Exercise objective:
Set down exactly the lines below between the line holding "f 46 44 167" and the line holding "f 108 190 56", inclusive; no other line belongs in the answer.

****

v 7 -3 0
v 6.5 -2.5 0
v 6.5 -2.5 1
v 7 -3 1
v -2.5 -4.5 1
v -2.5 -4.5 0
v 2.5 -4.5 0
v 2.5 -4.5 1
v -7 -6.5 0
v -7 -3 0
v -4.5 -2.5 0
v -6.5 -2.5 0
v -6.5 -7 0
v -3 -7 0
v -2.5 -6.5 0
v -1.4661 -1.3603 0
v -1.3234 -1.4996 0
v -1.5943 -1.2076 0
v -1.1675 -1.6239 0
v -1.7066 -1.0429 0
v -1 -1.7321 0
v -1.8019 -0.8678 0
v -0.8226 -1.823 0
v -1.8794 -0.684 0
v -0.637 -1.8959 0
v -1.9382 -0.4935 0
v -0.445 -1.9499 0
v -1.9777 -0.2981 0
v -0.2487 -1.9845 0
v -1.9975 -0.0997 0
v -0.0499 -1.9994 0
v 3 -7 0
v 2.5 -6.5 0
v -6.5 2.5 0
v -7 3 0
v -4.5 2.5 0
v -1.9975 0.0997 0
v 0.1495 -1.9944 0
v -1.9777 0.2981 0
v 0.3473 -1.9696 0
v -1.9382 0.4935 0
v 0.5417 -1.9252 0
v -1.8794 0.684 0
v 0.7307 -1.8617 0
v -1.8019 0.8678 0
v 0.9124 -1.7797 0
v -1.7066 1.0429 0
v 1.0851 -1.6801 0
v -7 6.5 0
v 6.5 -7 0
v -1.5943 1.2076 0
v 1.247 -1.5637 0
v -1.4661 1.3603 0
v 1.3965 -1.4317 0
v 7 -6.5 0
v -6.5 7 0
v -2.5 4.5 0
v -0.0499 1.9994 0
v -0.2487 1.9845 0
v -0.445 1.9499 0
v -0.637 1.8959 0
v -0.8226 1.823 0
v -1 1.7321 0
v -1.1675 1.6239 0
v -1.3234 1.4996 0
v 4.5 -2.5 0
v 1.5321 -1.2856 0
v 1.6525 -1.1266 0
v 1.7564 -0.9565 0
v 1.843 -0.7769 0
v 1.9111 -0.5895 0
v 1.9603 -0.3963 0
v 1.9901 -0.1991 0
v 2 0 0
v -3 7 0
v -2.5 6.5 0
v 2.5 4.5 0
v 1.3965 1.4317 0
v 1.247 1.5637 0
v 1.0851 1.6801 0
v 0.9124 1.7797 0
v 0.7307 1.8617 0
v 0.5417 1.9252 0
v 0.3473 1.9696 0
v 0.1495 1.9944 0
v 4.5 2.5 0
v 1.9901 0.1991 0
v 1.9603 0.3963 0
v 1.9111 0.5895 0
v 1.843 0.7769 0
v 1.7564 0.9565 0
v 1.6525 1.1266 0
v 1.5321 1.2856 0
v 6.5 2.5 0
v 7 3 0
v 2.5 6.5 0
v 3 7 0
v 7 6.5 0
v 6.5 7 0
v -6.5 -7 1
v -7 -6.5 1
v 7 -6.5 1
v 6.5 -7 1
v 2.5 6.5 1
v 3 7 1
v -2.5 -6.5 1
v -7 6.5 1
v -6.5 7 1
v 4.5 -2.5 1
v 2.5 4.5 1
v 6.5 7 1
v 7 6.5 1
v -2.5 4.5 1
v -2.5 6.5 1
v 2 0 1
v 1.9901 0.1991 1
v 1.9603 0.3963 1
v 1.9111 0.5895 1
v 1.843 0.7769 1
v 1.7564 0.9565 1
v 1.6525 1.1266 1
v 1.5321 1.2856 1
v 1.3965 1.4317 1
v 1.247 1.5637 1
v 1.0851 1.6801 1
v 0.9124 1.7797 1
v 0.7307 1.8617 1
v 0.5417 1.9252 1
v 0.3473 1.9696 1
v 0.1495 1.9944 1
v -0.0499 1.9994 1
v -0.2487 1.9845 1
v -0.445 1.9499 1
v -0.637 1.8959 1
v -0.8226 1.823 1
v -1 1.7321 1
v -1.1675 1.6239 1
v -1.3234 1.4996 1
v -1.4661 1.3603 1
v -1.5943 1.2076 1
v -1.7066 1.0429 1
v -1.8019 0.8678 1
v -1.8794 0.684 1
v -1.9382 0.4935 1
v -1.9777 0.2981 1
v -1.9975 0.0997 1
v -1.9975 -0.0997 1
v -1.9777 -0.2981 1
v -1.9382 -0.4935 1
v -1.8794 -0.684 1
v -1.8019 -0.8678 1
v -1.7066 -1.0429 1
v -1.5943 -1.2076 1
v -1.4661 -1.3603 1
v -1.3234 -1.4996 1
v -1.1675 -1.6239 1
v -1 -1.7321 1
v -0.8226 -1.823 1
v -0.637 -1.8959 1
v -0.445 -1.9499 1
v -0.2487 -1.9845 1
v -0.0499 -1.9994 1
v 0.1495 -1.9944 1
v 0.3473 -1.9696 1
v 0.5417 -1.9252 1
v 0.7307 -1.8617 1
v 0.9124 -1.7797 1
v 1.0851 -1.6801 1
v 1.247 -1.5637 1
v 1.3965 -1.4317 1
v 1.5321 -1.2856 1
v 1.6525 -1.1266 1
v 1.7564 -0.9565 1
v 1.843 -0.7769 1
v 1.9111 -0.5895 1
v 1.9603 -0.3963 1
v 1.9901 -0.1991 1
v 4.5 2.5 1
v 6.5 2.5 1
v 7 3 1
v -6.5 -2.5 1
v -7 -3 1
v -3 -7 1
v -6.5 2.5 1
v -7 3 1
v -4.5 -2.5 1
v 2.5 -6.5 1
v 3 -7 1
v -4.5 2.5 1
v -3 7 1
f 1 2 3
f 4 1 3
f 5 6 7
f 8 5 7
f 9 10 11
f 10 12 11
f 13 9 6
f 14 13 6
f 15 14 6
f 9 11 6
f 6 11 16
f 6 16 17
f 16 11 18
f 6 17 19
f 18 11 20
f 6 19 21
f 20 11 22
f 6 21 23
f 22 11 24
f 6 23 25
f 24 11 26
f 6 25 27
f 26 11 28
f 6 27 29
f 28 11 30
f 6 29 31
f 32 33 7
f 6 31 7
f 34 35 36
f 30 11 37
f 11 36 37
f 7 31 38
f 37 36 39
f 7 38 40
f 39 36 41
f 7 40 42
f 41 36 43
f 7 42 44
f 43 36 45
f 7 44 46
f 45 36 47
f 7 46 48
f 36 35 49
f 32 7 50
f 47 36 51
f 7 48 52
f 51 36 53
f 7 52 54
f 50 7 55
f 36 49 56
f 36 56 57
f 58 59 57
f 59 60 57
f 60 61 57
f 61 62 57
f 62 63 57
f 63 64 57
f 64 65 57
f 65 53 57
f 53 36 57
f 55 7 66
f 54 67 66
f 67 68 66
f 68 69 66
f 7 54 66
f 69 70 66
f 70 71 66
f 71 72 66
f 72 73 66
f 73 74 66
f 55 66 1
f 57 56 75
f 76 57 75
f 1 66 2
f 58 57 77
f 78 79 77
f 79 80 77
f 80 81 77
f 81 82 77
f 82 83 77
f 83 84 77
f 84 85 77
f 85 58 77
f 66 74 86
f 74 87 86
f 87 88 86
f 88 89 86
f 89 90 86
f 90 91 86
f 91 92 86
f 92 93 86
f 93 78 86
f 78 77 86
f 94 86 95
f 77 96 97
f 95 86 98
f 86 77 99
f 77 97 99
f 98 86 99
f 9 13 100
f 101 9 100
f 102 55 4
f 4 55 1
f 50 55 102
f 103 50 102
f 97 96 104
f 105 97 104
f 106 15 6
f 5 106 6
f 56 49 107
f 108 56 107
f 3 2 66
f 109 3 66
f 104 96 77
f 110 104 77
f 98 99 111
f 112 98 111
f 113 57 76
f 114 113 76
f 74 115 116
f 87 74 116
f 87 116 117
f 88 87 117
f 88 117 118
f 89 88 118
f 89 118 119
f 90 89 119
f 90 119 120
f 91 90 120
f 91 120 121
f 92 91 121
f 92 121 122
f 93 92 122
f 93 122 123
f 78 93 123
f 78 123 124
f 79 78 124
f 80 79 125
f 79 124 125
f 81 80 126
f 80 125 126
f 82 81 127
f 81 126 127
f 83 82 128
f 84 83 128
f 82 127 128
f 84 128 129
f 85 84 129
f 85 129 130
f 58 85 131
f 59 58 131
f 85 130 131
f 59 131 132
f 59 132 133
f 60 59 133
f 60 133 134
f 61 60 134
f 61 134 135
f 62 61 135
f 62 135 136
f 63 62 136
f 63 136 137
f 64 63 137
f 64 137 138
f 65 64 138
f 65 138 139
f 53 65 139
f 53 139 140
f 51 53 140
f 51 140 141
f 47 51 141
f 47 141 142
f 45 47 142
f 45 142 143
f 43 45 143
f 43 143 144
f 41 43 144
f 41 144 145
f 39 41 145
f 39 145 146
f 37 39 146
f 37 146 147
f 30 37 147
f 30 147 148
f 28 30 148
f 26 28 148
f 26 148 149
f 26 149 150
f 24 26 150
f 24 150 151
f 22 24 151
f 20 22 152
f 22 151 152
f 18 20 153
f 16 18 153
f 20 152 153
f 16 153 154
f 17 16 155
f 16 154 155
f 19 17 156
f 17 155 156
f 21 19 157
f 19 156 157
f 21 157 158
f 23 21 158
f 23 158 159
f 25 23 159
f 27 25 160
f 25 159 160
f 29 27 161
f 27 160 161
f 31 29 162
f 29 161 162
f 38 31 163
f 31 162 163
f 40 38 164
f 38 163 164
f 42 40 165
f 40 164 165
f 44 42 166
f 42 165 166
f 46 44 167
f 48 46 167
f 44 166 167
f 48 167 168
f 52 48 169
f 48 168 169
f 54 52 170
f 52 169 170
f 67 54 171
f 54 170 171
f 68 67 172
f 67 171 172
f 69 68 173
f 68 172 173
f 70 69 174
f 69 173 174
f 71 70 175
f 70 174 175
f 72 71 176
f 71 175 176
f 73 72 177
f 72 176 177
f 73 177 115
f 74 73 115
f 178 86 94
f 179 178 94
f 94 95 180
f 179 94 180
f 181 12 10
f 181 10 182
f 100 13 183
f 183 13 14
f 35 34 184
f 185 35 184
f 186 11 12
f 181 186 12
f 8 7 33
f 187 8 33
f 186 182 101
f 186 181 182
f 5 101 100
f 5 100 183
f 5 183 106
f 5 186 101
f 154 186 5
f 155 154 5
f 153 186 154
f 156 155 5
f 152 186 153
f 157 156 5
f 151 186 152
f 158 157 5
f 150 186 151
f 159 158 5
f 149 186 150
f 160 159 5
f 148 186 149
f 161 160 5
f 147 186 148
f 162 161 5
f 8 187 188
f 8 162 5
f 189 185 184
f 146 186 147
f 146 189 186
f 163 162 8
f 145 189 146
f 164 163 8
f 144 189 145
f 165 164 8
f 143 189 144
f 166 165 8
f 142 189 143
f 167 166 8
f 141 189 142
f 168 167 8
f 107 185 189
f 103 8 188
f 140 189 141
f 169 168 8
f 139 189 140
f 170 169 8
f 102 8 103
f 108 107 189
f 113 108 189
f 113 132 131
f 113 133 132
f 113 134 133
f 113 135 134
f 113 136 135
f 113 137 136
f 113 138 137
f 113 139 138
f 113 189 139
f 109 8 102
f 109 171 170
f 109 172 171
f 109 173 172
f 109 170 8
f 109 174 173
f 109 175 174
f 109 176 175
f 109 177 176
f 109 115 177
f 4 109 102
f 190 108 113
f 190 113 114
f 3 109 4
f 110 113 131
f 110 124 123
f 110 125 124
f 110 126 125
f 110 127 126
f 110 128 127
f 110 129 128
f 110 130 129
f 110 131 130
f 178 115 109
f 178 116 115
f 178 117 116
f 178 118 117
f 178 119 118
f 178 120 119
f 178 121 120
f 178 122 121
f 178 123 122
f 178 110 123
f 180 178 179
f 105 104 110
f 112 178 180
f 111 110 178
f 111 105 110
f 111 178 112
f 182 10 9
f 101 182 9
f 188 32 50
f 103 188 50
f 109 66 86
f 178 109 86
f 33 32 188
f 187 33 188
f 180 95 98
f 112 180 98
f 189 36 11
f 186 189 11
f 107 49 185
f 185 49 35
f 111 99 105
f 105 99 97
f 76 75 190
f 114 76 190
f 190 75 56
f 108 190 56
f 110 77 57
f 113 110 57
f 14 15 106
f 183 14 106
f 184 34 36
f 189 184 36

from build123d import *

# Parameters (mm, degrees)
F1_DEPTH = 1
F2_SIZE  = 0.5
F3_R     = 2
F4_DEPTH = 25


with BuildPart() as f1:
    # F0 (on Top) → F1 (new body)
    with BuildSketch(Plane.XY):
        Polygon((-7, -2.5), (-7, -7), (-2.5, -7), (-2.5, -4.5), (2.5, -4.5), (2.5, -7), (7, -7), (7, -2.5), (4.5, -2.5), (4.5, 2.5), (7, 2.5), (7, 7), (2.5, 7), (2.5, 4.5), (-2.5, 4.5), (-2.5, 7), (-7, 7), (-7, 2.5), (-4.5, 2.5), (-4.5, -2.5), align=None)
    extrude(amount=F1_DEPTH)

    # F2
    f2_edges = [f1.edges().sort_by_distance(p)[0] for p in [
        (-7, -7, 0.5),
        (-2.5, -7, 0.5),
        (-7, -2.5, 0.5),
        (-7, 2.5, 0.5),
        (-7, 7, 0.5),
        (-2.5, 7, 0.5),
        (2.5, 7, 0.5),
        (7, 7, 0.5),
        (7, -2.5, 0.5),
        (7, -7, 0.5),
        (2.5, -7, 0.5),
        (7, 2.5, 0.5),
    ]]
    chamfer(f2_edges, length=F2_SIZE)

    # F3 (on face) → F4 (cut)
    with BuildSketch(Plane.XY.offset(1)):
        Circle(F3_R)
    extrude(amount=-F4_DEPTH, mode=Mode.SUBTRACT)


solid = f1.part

****

Response to this task:
f 46 44 167
f 48 46 167
f 44 166 167
f 48 167 168
f 52 48 169
f 48 168 169
f 54 52 170
f 52 169 170
f 67 54 171
f 54 170 171
f 68 67 172
f 67 171 172
f 69 68 173
f 68 172 173
f 70 69 174
f 69 173 174
f 71 70 175
f 70 174 175
f 72 71 176
f 71 175 176
f 73 72 177
f 72 176 177
f 73 177 115
f 74 73 115
f 178 86 94
f 179 178 94
f 94 95 180
f 179 94 180
f 181 12 10
f 181 10 182
f 100 13 183
f 183 13 14
f 35 34 184
f 185 35 184
f 186 11 12
f 181 186 12
f 8 7 33
f 187 8 33
f 186 182 101
f 186 181 182
f 5 101 100
f 5 100 183
f 5 183 106
f 5 186 101
f 154 186 5
f 155 154 5
f 153 186 154
f 156 155 5
f 152 186 153
f 157 156 5
f 151 186 152
f 158 157 5
f 150 186 151
f 159 158 5
f 149 186 150
f 160 159 5
f 148 186 149
f 161 160 5
f 147 186 148
f 162 161 5
f 8 187 188
f 8 162 5
f 189 185 184
f 146 186 147
f 146 189 186
f 163 162 8
f 145 189 146
f 164 163 8
f 144 189 145
f 165 164 8
f 143 189 144
f 166 165 8
f 142 189 143
f 167 166 8
f 141 189 142
f 168 167 8
f 107 185 189
f 103 8 188
f 140 189 141
f 169 168 8
f 139 189 140
f 170 169 8
f 102 8 103
f 108 107 189
f 113 108 189
f 113 132 131
f 113 133 132
f 113 134 133
f 113 135 134
f 113 136 135
f 113 137 136
f 113 138 137
f 113 139 138
f 113 189 139
f 109 8 102
f 109 171 170
f 109 172 171
f 109 173 172
f 109 170 8
f 109 174 173
f 109 175 174
f 109 176 175
f 109 177 176
f 109 115 177
f 4 109 102
f 190 108 113
f 190 113 114
f 3 109 4
f 110 113 131
f 110 124 123
f 110 125 124
f 110 126 125
f 110 127 126
f 110 128 127
f 110 129 128
f 110 130 129
f 110 131 130
f 178 115 109
f 178 116 115
f 178 117 116
f 178 118 117
f 178 119 118
f 178 120 119
f 178 121 120
f 178 122 121
f 178 123 122
f 178 110 123
f 180 178 179
f 105 104 110
f 112 178 180
f 111 110 178
f 111 105 110
f 111 178 112
f 182 10 9
f 101 182 9
f 188 32 50
f 103 188 50
f 109 66 86
f 178 109 86
f 33 32 188
f 187 33 188
f 180 95 98
f 112 180 98
f 189 36 11
f 186 189 11
f 107 49 185
f 185 49 35
f 111 99 105
f 105 99 97
f 76 75 190
f 114 76 190
f 190 75 56
f 108 190 56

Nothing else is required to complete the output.